## ABOUT THIS TASK
Beginning with the line that contains "f 683 400 681", copy each remaining line of the data below exactly.

START DATA UNDER STUDY

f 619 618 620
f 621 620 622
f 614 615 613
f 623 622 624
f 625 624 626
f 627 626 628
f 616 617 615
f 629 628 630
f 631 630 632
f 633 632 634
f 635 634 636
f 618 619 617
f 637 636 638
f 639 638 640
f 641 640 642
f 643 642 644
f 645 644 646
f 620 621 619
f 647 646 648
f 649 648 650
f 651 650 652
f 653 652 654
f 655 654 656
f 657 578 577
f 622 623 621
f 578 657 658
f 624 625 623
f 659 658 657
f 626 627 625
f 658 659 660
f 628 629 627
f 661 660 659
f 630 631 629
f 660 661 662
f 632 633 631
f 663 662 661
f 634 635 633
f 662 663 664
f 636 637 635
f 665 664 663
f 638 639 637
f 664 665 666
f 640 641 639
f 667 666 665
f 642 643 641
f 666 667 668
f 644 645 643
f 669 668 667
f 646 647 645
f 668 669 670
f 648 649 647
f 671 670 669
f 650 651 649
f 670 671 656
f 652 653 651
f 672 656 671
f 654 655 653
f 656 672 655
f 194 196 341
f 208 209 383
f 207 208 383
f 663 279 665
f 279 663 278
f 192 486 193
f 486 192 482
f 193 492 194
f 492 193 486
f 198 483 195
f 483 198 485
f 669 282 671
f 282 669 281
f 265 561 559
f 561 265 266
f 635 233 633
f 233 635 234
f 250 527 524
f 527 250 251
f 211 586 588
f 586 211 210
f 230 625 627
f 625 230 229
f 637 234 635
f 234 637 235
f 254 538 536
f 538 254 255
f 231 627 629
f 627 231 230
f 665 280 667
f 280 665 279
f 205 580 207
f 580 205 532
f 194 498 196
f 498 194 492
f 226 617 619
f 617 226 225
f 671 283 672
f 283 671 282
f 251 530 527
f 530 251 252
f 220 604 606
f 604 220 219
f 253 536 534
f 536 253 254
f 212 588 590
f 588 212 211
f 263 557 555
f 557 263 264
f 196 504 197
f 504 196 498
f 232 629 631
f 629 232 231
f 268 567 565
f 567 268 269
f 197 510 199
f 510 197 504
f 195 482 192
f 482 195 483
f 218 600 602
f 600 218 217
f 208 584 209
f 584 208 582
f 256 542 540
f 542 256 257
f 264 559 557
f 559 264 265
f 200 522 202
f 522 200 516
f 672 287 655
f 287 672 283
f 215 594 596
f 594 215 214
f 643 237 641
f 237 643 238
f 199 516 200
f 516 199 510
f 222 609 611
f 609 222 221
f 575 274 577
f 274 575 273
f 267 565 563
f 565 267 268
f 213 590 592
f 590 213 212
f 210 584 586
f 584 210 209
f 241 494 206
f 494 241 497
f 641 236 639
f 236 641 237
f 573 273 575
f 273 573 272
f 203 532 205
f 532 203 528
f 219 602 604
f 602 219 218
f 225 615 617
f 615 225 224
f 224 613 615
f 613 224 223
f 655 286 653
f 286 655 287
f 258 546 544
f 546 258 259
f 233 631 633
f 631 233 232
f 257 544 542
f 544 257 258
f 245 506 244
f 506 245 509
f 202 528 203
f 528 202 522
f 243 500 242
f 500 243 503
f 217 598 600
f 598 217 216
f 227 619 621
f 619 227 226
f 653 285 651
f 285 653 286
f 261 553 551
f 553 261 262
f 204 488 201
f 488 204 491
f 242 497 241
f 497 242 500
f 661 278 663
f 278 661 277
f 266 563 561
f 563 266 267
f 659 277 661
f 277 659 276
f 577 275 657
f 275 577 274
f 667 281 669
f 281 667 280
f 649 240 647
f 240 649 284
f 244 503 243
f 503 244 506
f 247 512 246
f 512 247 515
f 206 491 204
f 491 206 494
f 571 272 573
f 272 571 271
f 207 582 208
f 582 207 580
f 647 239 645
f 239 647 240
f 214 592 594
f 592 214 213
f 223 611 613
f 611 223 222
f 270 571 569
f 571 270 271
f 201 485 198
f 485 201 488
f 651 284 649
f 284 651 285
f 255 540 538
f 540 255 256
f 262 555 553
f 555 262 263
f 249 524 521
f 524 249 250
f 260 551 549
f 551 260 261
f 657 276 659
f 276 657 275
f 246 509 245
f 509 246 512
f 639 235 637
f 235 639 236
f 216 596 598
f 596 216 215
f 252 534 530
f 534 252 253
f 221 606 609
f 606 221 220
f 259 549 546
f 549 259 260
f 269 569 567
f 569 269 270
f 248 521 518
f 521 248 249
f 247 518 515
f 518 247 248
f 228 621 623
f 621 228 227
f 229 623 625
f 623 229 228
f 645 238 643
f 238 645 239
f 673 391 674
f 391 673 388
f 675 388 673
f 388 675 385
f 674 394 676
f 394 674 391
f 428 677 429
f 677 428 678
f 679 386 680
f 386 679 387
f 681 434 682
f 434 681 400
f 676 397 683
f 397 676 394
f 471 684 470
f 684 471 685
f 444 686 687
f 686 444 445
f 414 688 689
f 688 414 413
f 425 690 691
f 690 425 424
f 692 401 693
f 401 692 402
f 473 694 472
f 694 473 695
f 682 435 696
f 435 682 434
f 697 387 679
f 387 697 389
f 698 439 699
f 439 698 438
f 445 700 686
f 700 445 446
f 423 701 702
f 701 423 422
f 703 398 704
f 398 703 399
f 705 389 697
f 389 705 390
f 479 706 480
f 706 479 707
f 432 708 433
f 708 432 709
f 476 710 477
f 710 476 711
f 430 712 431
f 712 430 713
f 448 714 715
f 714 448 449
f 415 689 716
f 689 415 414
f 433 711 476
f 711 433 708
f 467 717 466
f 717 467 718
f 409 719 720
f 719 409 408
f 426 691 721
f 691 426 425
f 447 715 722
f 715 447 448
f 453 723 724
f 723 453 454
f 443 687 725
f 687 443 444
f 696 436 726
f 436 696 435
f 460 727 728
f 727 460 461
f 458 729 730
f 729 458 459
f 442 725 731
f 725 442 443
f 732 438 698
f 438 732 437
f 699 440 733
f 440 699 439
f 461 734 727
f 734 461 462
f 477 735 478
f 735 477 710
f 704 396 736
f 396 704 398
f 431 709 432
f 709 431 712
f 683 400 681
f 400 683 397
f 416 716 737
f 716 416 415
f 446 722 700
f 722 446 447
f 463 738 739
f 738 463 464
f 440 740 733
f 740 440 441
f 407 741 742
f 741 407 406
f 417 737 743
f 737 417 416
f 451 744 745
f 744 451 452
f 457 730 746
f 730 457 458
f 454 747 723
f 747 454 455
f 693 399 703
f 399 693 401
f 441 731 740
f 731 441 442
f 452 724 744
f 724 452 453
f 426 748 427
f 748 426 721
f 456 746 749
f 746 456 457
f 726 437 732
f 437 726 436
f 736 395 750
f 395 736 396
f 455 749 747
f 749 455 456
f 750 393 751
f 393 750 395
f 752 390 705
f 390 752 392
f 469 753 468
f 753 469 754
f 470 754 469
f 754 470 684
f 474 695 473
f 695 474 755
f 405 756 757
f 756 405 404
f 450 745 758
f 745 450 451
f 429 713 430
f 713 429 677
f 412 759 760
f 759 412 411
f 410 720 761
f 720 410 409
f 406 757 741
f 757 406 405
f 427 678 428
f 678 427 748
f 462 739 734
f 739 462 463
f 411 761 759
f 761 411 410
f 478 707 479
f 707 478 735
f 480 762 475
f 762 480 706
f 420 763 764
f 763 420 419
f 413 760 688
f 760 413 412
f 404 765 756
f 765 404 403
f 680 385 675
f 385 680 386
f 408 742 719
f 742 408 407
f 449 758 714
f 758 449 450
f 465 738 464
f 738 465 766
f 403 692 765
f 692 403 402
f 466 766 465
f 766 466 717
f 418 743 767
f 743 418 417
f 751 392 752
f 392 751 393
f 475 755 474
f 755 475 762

END DATA UNDER STUDY

## ANSWER BOX
f 683 400 681
f 400 683 397
f 416 716 737
f 716 416 415
f 446 722 700
f 722 446 447
f 463 738 739
f 738 463 464
f 440 740 733
f 740 440 441
f 407 741 742
f 741 407 406
f 417 737 743
f 737 417 416
f 451 744 745
f 744 451 452
f 457 730 746
f 730 457 458
f 454 747 723
f 747 454 455
f 693 399 703
f 399 693 401
f 441 731 740
f 731 441 442
f 452 724 744
f 724 452 453
f 426 748 427
f 748 426 721
f 456 746 749
f 746 456 457
f 726 437 732
f 437 726 436
f 736 395 750
f 395 736 396
f 455 749 747
f 749 455 456
f 750 393 751
f 393 750 395
f 752 390 705
f 390 752 392
f 469 753 468
f 753 469 754
f 470 754 469
f 754 470 684
f 474 695 473
f 695 474 755
f 405 756 757
f 756 405 404
f 450 745 758
f 745 450 451
f 429 713 430
f 713 429 677
f 412 759 760
f 759 412 411
f 410 720 761
f 720 410 409
f 406 757 741
f 757 406 405
f 427 678 428
f 678 427 748
f 462 739 734
f 739 462 463
f 411 761 759
f 761 411 410
f 478 707 479
f 707 478 735
f 480 762 475
f 762 480 706
f 420 763 764
f 763 420 419
f 413 760 688
f 760 413 412
f 404 765 756
f 765 404 403
f 680 385 675
f 385 680 386
f 408 742 719
f 742 408 407
f 449 758 714
f 758 449 450
f 465 738 464
f 738 465 766
f 403 692 765
f 692 403 402
f 466 766 465
f 766 466 717
f 418 743 767
f 743 418 417
f 751 392 752
f 392 751 393
f 475 755 474
f 755 475 762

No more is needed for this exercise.